To what extent is America today, a nation with a shared culture, Berlin's essential requirement for a benign nation?
Earlier this year, the Wall Street Journal published a poll about changes in values held by Americans, now and in comparison with 1998. "Some 38% of respondents said patriotism was very important to them, and 39% said religion was very important. That was down sharply from when the Journal first asked the question in 1998, when 70% deemed patriotism to be very important, and 62% said so of religion.... The share of Americans who say that having children, involvement in their community and hard work are very important values has also fallen. Tolerance for others, deemed very important by 80% of Americans as recently as four years ago, has fallen to 58% since then.... Aside from money, all age groups, including seniors, attached far less importance to these priorities and values than when pollsters asked about them in 1998 and 2019. But younger Americans in particular place low importance on these values, many of which were central to the lives of their parents.... Some 23% of adults under age 30 said in the new survey that patriotism was very important to them personally, compared with 59% of seniors ages 65 or older. Some 31% of younger respondents said that religion was very important to them, compared with 55% among seniors. Only 23% of adults under age 30 said that having children was very important.”
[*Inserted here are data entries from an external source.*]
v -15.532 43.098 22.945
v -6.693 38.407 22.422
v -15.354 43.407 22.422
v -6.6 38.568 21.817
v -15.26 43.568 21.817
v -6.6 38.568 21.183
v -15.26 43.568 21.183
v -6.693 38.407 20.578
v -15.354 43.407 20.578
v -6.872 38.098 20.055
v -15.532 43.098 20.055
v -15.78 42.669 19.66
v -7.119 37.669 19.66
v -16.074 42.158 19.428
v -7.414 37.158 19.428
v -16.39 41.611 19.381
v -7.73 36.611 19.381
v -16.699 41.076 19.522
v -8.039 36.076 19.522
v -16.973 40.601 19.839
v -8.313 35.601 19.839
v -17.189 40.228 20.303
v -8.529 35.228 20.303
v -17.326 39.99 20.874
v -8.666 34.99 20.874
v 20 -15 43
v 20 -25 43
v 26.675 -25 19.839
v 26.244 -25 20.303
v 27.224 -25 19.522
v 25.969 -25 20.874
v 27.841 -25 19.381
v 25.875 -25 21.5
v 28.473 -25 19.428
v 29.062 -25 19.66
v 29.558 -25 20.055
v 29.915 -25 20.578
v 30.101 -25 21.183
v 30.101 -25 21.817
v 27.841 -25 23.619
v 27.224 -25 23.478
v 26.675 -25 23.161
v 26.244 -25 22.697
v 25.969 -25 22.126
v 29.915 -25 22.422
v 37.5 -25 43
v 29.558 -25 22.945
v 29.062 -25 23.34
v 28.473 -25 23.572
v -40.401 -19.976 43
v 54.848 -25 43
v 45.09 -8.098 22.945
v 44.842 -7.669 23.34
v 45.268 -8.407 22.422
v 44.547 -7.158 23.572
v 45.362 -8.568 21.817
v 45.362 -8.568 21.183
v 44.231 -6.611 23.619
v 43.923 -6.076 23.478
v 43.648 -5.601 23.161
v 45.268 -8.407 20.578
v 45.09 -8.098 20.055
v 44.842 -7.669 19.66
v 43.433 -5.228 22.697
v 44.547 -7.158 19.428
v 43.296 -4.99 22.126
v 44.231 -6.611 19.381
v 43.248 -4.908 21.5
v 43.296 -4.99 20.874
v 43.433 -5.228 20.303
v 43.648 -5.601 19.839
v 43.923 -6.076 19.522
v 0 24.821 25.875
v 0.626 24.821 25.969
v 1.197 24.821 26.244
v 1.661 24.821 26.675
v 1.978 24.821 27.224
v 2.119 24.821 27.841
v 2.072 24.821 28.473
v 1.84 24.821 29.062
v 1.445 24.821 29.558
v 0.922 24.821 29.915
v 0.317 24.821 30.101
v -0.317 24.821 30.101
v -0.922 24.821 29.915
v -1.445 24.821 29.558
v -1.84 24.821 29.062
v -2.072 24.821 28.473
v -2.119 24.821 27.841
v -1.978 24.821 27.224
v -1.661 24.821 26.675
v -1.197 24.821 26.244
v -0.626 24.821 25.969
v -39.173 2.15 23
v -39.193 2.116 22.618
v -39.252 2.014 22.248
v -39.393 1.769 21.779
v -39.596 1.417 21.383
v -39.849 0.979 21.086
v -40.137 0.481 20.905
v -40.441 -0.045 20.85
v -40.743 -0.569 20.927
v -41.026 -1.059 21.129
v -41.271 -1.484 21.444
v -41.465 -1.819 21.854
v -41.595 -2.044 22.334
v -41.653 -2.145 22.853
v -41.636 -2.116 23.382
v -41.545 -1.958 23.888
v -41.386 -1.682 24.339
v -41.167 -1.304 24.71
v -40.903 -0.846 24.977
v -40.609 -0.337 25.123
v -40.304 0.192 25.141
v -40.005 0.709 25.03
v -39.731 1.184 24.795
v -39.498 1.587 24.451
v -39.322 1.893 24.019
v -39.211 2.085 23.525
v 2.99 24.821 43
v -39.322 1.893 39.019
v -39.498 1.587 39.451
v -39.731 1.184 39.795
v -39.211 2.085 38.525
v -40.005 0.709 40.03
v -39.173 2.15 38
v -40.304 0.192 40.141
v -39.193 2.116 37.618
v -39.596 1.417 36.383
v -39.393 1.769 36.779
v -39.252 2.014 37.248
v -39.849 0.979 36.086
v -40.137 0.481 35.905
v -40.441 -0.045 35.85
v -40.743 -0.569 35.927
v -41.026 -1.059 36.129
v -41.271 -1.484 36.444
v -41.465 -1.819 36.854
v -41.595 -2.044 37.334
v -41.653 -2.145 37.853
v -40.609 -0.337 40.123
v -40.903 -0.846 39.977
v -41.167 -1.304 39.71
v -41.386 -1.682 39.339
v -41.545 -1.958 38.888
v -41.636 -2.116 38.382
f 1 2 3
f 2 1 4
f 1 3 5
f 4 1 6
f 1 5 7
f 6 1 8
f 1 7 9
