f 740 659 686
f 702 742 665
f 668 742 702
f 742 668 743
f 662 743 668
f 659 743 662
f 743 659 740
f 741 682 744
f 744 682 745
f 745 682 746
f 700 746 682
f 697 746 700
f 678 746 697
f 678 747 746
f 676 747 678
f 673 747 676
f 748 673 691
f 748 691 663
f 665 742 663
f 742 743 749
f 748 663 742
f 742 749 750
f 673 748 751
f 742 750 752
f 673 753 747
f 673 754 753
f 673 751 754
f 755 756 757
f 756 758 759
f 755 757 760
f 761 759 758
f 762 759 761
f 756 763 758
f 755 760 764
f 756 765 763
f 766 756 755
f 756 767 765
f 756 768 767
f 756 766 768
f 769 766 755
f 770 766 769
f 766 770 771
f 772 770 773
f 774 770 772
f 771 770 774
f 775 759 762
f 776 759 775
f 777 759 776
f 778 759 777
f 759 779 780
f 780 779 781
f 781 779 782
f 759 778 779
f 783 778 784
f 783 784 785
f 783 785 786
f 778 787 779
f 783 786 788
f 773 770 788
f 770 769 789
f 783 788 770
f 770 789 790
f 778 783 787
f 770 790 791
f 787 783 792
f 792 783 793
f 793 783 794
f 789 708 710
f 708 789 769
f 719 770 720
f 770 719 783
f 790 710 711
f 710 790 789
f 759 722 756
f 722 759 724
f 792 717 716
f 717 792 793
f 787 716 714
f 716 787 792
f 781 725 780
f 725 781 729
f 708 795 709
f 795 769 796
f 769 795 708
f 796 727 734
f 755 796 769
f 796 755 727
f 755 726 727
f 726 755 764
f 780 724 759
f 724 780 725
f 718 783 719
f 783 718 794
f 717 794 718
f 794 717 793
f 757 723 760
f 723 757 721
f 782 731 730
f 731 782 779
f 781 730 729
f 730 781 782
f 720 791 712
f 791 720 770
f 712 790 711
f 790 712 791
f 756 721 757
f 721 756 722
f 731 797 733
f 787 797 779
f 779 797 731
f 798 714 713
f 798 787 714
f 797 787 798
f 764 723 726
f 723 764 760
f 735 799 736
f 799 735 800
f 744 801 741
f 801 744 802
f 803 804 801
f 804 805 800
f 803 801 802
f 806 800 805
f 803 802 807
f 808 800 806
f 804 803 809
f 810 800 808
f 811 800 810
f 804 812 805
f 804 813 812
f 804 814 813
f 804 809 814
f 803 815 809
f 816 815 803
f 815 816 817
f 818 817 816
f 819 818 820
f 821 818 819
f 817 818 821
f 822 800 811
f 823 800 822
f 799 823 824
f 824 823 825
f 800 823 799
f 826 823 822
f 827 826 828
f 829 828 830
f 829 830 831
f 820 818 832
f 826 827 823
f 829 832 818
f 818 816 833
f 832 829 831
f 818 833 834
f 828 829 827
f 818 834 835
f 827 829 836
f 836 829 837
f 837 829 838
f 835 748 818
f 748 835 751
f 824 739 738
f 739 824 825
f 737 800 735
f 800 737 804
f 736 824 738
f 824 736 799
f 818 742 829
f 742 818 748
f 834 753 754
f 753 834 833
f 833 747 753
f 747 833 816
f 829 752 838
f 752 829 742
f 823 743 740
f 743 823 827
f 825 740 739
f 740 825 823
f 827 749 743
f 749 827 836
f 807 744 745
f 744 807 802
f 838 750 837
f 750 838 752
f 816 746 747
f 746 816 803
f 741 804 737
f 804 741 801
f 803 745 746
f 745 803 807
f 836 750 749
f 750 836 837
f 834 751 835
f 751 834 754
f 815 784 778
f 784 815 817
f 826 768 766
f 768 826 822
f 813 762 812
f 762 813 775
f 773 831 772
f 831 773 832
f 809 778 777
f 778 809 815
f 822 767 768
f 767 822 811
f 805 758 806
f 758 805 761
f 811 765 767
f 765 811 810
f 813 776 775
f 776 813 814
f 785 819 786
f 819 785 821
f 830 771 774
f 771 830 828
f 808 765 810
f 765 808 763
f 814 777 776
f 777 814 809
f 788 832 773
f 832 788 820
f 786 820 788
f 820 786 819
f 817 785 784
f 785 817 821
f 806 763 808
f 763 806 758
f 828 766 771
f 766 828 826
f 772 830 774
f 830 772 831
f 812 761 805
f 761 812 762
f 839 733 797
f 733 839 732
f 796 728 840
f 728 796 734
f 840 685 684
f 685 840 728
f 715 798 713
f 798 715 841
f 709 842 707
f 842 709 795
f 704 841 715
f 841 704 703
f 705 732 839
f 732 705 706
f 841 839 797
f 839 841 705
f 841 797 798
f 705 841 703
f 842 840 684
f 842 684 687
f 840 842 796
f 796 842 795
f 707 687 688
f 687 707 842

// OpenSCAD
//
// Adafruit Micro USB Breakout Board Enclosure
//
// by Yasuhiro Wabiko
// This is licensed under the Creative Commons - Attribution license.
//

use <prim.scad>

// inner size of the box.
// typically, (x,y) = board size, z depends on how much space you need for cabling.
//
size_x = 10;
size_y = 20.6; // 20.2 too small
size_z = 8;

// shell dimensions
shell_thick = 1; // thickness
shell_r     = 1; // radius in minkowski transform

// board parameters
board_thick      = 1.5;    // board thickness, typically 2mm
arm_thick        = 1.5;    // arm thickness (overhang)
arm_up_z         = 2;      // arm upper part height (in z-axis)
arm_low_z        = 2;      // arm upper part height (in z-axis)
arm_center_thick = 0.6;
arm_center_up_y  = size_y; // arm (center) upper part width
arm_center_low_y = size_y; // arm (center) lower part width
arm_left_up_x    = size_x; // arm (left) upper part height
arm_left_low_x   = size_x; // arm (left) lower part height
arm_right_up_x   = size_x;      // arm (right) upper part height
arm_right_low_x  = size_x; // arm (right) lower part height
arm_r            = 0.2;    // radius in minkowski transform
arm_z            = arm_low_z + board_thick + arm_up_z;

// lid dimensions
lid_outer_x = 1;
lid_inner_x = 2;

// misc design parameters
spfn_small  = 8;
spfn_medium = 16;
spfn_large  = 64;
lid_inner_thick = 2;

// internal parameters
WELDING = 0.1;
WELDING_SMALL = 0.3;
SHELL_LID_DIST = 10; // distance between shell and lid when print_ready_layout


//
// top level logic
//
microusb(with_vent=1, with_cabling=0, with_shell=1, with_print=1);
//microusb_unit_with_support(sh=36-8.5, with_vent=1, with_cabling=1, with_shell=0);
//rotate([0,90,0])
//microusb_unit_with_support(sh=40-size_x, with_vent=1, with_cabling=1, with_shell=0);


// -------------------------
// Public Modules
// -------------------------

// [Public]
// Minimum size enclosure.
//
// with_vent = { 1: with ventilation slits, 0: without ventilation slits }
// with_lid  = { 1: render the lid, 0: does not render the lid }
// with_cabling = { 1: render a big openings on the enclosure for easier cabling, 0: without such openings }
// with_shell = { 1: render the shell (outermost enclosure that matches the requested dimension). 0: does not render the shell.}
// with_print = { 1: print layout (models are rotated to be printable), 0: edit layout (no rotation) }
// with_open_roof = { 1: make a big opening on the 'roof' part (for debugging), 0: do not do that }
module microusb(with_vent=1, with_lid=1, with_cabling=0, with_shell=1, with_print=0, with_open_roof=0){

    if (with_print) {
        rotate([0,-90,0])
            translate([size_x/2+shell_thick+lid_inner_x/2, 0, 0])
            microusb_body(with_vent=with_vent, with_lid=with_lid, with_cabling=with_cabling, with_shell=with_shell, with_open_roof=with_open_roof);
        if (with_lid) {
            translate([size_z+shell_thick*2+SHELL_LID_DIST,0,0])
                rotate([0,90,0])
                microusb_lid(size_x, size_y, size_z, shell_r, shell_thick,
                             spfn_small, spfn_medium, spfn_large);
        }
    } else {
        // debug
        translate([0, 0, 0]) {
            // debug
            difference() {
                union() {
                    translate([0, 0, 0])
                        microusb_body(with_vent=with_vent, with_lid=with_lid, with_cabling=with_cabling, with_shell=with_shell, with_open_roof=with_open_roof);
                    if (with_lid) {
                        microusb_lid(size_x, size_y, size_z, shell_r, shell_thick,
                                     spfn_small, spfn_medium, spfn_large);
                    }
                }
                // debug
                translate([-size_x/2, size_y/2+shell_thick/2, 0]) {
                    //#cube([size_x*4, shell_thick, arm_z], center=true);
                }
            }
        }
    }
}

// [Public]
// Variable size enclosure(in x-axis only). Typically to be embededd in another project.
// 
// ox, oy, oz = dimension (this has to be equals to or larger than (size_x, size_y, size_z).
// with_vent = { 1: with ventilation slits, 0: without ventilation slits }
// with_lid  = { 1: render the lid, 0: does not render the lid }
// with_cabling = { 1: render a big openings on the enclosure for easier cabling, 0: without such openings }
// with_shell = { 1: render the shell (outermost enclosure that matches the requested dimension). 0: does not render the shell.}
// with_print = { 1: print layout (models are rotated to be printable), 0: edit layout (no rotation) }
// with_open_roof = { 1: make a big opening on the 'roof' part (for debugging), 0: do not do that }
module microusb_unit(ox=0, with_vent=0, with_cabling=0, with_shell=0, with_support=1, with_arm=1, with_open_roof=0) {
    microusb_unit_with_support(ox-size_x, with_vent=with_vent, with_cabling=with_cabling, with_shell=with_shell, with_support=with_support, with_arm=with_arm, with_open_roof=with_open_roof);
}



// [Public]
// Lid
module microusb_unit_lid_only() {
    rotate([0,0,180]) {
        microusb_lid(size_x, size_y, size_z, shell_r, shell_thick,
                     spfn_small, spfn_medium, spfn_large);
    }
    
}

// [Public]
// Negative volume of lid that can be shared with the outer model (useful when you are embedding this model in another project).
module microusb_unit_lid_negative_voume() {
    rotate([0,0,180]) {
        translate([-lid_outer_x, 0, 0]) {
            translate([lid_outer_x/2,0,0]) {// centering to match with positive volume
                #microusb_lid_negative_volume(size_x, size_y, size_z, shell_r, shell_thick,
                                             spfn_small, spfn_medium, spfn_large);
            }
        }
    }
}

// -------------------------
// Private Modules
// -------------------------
That last data point is perhaps the most telling of all. The death of our nation won't likely come about because we've become an intolerant, unpatriotic, non-believing bunch of lazy, entitled, materialistic people. No, without a steady supply of children, we'll eventually just shrink and then disappear.
Berlin offered some hopeful thoughts. "I do not wish to abandon the belief that a world which is a reasonably peaceful coat of many colours, each portion of which develops its own distinct cultural identity and is tolerant of others, is not a utopian dream... Unless there is a minimum of shared values that can preserve the peace, no decent societies can survive...Let us hope, one day, that a large minimum of common values will be accepted. Otherwise, we are bound to go under."
Isaiah Berlin made it to the age of eighty-eight, and he said he’d lived through most of the worst century ever made by man; even worse, he claimed, than the time of the Huns. Berlin, for me, is the essential political and ethical thinker of our times. You can read him in small doses, as most of his great writings are essays you can get through in half-an-hour. Remarkably, like Conrad and Nabokov, whose native languages were also Slavic, Berlin, born in Russia, became a master stylist of the English language. Reading him is thus an education and a delight. You could start here.
Berlin thought that nationalism and liberalism could co-exist. Nationalism, he believed, need not be malignant or violent. It has been so any number of times, but it has also shown its benevolent side. North America and Europe have not (yet) erupted into diabolical, nationalist states. And, at the same time, Berlin insists, liberalism should not look askance at the need of people to be recognized as members of something greater than the individual. If that recognition is prevented, resentment will fester, and demagogues will emerge with their perverted claims. I will spare you the list of our demagogues. They are all too well-known.